Bug 1500920 - Correct check for pretenured flag in unboxed objects constructors r=jandem
OBJECT_FLAG_PRE_TENURE is contained within OBJECT_FLAG_DYNAMIC_MASK, and so it
is set not only when pretenuring is required, but also whenever
OBJECT_FLAG_UNKNOWN_PROPERTIES is set.
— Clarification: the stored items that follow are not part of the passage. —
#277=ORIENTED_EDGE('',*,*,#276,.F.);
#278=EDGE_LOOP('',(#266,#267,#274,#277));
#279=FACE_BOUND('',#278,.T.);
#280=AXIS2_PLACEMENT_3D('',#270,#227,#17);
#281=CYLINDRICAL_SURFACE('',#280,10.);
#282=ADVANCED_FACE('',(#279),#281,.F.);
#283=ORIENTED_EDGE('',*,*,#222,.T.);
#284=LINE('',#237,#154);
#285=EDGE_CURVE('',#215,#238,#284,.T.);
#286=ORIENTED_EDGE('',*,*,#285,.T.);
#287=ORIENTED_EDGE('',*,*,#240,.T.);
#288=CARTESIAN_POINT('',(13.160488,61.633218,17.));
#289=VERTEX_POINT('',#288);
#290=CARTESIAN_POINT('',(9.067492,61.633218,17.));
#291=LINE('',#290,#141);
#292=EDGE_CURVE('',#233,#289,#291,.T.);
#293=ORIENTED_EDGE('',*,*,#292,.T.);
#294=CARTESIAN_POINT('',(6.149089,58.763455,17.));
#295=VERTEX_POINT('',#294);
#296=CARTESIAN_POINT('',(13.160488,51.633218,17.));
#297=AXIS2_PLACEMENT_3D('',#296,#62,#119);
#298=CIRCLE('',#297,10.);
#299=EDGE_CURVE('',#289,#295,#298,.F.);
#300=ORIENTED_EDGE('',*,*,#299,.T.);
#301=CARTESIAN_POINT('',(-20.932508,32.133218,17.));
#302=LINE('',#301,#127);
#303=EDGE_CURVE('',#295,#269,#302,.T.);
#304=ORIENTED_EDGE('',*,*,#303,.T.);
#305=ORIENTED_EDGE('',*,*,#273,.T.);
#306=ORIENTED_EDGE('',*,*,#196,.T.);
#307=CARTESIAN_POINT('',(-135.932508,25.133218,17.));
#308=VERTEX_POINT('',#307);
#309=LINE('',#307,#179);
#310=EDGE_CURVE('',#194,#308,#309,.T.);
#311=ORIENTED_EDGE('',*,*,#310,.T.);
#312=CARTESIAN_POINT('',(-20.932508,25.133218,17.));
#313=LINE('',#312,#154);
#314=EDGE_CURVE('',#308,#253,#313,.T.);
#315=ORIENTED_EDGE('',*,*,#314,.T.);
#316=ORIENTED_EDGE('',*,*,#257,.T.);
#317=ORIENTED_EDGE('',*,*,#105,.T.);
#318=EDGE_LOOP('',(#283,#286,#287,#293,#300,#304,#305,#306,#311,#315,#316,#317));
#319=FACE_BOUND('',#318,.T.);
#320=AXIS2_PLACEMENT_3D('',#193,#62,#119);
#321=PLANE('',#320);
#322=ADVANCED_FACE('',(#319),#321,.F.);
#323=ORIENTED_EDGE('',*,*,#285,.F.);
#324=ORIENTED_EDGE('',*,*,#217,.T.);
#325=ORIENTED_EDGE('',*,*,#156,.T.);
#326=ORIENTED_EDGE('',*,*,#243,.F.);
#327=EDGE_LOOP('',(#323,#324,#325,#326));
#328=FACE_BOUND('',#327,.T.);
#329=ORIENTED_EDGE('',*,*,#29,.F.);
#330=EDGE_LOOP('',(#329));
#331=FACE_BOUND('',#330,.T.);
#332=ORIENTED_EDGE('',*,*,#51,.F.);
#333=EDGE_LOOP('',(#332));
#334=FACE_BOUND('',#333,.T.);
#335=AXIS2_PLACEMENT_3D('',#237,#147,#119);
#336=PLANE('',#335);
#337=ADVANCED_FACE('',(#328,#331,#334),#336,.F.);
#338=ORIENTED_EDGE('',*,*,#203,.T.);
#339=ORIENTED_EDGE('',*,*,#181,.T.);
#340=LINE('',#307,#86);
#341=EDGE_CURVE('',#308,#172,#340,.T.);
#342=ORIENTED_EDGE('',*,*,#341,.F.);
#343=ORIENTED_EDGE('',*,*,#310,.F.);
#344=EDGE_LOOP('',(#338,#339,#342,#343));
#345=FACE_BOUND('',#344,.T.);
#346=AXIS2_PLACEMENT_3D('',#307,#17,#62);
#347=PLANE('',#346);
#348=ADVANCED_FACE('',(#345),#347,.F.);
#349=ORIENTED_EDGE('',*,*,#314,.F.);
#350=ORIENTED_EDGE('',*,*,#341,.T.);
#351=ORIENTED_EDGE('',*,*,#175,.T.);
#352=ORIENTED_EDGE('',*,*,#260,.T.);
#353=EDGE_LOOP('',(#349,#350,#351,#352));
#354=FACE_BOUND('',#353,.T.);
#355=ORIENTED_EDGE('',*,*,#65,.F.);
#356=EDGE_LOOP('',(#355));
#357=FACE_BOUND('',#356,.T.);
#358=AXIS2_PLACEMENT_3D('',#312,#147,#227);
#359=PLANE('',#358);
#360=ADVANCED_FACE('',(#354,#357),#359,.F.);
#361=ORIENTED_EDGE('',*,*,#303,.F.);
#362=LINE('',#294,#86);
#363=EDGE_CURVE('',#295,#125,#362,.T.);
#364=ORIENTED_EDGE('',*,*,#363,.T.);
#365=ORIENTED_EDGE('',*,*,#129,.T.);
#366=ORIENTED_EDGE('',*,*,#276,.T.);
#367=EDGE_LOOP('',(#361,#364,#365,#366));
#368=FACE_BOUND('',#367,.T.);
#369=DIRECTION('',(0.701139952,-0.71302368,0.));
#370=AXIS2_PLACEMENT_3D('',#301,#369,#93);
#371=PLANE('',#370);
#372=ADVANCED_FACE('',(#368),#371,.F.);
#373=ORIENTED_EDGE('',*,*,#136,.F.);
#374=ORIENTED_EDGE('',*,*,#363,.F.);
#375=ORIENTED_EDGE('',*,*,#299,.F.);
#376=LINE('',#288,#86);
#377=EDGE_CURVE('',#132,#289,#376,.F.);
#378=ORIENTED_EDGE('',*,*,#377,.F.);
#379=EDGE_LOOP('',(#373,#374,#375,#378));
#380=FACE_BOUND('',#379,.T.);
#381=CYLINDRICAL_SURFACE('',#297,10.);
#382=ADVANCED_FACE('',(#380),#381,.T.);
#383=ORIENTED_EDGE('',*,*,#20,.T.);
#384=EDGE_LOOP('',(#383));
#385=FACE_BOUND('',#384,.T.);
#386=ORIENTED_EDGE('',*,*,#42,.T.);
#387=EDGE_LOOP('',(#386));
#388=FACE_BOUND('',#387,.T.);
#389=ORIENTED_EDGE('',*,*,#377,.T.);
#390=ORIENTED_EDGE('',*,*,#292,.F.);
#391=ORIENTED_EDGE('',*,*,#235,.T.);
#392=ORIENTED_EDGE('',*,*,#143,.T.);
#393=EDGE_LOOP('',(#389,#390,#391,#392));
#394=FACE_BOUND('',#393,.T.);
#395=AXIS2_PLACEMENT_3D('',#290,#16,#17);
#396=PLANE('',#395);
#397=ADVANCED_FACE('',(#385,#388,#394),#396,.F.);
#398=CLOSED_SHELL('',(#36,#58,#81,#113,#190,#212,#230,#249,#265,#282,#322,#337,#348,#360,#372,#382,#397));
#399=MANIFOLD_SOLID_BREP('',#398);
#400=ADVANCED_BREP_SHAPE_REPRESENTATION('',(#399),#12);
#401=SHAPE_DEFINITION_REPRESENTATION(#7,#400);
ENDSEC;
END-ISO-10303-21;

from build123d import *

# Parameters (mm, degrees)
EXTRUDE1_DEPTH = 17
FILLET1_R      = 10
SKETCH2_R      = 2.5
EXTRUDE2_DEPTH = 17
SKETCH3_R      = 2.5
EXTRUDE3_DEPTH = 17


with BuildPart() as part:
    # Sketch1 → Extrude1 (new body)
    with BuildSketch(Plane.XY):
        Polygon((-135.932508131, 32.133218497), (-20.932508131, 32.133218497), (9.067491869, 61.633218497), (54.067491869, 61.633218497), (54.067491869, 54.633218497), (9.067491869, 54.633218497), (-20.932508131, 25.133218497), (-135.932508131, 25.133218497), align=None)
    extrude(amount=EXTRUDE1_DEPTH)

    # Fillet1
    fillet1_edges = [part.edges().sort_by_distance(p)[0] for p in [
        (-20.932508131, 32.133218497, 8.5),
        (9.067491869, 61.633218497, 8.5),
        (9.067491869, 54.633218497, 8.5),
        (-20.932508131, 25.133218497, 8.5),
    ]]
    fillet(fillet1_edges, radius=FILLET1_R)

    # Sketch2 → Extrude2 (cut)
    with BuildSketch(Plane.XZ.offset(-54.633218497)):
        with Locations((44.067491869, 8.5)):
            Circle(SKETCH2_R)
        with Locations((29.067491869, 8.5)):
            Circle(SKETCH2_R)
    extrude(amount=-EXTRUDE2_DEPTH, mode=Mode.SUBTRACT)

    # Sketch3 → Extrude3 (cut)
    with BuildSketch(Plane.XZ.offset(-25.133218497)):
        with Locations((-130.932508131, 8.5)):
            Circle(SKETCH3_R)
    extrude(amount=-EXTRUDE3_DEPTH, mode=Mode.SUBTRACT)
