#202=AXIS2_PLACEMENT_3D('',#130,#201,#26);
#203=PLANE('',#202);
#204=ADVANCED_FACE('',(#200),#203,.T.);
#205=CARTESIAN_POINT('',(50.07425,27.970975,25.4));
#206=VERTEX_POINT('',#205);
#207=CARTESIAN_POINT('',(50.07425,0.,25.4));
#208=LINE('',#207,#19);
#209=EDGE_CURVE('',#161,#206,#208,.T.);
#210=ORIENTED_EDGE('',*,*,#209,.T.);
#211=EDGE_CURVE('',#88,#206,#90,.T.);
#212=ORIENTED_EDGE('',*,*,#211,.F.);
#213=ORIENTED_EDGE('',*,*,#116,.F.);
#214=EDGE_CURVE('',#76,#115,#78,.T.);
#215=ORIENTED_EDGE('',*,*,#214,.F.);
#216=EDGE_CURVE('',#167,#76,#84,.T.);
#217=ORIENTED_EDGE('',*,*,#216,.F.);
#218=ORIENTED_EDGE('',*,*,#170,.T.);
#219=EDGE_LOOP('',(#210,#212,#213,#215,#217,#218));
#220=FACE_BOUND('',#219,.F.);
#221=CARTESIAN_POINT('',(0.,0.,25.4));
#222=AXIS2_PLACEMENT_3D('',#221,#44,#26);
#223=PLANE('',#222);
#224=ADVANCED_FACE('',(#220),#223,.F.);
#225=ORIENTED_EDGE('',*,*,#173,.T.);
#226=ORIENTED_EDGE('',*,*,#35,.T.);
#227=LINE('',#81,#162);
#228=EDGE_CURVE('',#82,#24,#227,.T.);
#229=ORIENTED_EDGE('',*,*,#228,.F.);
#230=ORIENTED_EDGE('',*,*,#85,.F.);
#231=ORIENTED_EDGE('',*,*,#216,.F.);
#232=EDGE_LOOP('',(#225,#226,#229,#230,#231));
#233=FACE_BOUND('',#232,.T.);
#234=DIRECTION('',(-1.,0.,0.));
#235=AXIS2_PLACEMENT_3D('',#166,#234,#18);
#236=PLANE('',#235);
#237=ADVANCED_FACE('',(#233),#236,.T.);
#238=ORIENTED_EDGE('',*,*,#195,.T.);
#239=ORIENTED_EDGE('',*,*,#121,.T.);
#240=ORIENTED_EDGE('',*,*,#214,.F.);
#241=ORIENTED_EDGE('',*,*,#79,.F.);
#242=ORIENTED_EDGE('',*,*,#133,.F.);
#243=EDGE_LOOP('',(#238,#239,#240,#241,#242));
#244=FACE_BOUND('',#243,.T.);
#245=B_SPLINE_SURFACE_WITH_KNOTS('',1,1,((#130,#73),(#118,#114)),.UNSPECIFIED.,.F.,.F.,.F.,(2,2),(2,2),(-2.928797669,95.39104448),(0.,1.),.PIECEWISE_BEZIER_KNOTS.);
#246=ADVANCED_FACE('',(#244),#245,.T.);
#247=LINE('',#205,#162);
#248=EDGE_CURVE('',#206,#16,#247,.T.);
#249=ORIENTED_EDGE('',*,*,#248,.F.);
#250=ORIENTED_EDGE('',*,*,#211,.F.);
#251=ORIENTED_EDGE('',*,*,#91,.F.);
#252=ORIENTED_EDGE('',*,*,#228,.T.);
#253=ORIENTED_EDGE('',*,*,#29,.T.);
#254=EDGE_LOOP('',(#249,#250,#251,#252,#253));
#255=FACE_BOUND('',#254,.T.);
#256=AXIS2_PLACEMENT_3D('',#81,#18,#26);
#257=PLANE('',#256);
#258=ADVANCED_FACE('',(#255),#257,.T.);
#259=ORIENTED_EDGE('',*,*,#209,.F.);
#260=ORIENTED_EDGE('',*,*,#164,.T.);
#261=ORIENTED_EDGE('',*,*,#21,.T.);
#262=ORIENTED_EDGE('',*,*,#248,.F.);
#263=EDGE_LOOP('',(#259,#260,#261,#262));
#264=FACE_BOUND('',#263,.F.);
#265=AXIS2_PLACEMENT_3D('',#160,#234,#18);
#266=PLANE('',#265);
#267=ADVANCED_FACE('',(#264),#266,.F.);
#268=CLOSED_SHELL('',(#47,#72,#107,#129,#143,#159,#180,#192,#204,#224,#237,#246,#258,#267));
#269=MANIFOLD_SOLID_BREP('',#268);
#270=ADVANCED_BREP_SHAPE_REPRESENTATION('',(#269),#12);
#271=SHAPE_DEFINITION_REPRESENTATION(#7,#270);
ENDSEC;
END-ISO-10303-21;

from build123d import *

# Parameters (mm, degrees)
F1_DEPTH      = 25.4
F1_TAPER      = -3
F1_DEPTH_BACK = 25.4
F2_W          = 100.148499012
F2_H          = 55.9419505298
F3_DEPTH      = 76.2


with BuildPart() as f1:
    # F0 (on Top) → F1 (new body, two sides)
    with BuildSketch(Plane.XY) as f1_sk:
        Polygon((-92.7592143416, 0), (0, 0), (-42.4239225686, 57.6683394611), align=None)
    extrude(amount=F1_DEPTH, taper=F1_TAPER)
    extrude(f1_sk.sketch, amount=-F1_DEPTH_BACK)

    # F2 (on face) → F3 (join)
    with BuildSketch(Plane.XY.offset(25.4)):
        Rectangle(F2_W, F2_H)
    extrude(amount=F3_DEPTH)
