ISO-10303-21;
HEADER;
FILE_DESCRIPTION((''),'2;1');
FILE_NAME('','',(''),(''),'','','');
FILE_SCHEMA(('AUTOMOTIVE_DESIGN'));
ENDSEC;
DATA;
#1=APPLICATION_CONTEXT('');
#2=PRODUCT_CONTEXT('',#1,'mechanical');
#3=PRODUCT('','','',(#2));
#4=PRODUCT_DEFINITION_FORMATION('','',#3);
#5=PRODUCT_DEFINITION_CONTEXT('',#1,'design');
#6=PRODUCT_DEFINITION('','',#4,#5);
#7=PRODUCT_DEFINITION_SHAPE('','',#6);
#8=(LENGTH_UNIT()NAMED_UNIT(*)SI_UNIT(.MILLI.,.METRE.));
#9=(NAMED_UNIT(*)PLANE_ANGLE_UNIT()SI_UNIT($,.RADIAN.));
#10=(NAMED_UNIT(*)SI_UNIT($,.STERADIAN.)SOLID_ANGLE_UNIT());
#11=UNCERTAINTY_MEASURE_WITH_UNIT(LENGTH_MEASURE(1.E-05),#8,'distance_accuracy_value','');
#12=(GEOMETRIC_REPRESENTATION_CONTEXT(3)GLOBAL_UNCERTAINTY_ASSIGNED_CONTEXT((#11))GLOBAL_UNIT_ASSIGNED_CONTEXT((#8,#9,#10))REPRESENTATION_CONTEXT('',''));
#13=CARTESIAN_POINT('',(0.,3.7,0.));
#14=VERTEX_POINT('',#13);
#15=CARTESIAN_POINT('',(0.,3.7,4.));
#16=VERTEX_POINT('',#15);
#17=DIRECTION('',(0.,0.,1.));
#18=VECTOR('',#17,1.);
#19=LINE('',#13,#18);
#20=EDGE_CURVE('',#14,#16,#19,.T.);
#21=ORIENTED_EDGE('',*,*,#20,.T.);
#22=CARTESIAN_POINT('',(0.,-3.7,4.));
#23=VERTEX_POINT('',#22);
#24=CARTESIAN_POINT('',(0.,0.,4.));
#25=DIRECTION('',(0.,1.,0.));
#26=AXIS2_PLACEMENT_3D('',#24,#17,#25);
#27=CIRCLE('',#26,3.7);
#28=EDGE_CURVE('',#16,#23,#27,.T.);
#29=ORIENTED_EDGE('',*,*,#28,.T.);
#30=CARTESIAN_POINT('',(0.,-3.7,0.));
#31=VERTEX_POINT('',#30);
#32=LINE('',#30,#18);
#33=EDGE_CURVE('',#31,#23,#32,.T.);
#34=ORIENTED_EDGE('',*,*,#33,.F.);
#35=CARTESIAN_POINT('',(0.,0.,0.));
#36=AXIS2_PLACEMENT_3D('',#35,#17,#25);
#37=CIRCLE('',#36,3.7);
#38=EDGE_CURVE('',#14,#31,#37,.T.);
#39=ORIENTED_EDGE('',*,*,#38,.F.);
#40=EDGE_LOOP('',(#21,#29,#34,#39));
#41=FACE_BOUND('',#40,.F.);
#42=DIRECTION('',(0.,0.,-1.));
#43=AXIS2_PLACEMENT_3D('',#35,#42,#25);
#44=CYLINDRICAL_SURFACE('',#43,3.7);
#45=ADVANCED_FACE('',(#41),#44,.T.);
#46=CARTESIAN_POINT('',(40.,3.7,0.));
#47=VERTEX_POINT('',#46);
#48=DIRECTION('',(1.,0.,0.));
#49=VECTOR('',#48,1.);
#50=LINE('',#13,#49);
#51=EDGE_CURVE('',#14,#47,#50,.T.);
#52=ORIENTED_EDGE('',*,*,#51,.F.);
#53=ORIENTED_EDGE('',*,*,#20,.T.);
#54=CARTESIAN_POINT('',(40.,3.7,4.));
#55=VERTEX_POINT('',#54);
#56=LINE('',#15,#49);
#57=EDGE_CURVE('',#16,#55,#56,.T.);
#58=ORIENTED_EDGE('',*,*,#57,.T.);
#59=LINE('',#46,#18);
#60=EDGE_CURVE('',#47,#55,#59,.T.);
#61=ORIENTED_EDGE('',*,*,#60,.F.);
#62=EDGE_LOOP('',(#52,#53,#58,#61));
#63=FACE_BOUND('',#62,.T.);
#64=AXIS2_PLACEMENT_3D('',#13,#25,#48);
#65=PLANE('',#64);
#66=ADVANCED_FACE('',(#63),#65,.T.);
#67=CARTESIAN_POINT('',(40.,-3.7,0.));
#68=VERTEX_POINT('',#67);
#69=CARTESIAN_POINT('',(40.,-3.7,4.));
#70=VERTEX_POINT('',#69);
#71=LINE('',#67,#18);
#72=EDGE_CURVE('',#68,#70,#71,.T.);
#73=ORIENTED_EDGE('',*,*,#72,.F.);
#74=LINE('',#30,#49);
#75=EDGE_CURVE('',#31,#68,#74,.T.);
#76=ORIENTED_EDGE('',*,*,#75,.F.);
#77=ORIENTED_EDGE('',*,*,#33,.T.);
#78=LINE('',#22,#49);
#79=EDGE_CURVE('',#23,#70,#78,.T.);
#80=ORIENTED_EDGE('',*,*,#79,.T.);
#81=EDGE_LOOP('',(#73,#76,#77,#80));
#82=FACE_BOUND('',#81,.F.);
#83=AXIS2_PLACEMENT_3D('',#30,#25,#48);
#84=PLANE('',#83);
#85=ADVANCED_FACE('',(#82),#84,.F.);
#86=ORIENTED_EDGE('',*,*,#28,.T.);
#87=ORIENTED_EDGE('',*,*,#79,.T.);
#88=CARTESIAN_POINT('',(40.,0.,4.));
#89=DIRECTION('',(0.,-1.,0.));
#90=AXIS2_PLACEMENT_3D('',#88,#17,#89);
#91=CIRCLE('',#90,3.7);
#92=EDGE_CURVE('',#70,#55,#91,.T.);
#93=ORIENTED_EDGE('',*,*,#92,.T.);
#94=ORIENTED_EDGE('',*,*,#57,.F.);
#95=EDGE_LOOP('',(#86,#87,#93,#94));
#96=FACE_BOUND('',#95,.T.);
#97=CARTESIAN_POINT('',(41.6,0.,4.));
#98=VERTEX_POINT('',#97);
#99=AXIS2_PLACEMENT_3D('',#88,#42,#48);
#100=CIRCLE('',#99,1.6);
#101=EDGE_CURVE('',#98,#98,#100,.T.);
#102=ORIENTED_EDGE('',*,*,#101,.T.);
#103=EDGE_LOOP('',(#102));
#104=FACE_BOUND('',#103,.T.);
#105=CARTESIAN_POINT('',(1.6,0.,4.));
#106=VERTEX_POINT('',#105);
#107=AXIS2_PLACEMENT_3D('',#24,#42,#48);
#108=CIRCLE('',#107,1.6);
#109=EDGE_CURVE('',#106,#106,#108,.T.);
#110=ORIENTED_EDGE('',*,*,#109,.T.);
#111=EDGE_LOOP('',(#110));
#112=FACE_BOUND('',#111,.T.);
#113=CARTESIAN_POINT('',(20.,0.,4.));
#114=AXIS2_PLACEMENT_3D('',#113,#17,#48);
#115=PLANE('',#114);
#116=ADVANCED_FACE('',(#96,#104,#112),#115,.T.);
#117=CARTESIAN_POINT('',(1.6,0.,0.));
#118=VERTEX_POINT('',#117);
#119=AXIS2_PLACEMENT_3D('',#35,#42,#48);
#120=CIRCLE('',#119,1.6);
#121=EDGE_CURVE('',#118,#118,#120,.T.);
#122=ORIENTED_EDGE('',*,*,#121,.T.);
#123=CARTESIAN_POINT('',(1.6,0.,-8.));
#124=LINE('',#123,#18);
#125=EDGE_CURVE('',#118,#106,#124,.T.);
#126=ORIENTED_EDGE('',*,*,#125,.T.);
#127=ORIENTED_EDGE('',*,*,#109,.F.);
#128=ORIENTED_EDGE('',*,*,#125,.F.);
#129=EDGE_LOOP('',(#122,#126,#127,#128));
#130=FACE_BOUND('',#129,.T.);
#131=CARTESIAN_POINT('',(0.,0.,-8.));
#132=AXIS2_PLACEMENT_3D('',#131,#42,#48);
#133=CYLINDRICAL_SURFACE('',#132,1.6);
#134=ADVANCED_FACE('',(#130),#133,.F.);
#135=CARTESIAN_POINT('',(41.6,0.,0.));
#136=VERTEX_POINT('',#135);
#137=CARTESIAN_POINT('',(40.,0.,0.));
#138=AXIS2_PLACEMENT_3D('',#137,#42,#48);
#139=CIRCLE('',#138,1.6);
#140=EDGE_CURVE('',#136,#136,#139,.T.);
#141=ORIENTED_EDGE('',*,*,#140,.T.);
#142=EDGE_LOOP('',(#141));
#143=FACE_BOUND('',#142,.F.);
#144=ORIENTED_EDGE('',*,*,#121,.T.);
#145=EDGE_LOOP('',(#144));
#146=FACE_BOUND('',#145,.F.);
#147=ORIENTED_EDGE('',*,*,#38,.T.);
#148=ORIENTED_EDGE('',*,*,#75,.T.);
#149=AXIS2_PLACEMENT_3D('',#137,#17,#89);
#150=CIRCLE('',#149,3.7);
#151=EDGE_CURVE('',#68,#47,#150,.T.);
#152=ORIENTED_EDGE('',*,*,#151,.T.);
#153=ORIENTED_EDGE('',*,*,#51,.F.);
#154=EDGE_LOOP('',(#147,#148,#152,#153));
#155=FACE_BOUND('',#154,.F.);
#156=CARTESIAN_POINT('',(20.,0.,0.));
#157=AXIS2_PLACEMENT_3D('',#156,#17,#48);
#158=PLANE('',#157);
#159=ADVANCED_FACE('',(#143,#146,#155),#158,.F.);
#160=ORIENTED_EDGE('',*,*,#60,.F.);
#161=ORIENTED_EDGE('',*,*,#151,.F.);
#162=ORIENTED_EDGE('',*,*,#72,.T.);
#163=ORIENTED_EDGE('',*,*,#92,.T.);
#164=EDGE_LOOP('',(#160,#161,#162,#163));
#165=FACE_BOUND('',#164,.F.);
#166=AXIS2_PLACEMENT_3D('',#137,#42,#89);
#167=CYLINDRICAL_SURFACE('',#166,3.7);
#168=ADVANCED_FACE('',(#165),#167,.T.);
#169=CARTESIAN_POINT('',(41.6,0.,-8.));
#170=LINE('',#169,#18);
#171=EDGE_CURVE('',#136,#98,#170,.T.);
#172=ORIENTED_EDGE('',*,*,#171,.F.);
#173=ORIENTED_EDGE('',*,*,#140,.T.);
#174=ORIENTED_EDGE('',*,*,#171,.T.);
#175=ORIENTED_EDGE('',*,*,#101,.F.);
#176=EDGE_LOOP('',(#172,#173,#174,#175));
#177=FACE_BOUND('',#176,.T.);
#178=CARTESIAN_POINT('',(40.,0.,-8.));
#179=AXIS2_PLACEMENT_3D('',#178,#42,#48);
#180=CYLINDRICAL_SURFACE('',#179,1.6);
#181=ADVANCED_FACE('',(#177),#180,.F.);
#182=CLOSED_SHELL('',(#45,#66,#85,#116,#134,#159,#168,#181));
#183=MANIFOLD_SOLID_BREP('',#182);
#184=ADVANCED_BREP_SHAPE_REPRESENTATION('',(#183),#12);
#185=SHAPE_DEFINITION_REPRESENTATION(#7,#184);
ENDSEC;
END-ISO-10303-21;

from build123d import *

# Parameters (mm, degrees)
CYLINDER005_R     = 1.6
CYLINDER005_DEPTH = 30
PAD002_DEPTH      = 4


with BuildPart() as finger_drill_master:
    # Cylinder005 → Cylinder005 (new body)
    with BuildSketch(Plane.XY.offset(-8)):
        Circle(CYLINDER005_R)
    extrude(amount=CYLINDER005_DEPTH)


with BuildPart() as clone006:
    # Clone006 base: copy of finger-drill-master
    add(finger_drill_master.part)


with BuildPart() as clone006_1:
    # Clone006 placement: moved
    add(clone006.part.moved(Location((40, 0, 0))))


with BuildPart() as fusion012:
    # Clone005 base: copy of finger-drill-master
    add(finger_drill_master.part)

    # Fusion012: union Clone006
    add(clone006_1.part)


with BuildPart() as link_master:
    # Sketch002 → Pad002 (new body)
    with BuildSketch(Plane.XY):
        with BuildLine():
            ThreePointArc((0, 3.7), (-3.7, 0), (0, -3.7))
            Line((0, -3.7), (40, -3.7))
            ThreePointArc((40, -3.7), (43.7, 0), (40, 3.7))
            Line((0, 3.7), (40, 3.7))
        make_face()
    extrude(amount=PAD002_DEPTH)

    # Cut001: cut Fusion012
    add(fusion012.part, mode=Mode.SUBTRACT)


solid = link_master.part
By not checking the
OBJECT_FLAG_UNKNOWN_PROPERTIES flag, the constructor will tenure allocate any
objects with the OBJECT_FLAG_UNKNOWN_PROPERTIES bit set, which may be overly
aggressive.
Differential Revision:
https://phabricator.services.mozilla.com/D9388
--- a/js/src/vm/UnboxedObject.cpp
+++ b/js/src/vm/UnboxedObject.cpp
@@ -128,20 +128,25 @@ UnboxedLayout::makeConstructorCode(JSCon
LiveGeneralRegisterSet savedNonVolatileRegisters = SavedNonVolatileRegisters(regs);
masm.PushRegsInMask(savedNonVolatileRegisters);
// The scratch double register might be used by MacroAssembler methods.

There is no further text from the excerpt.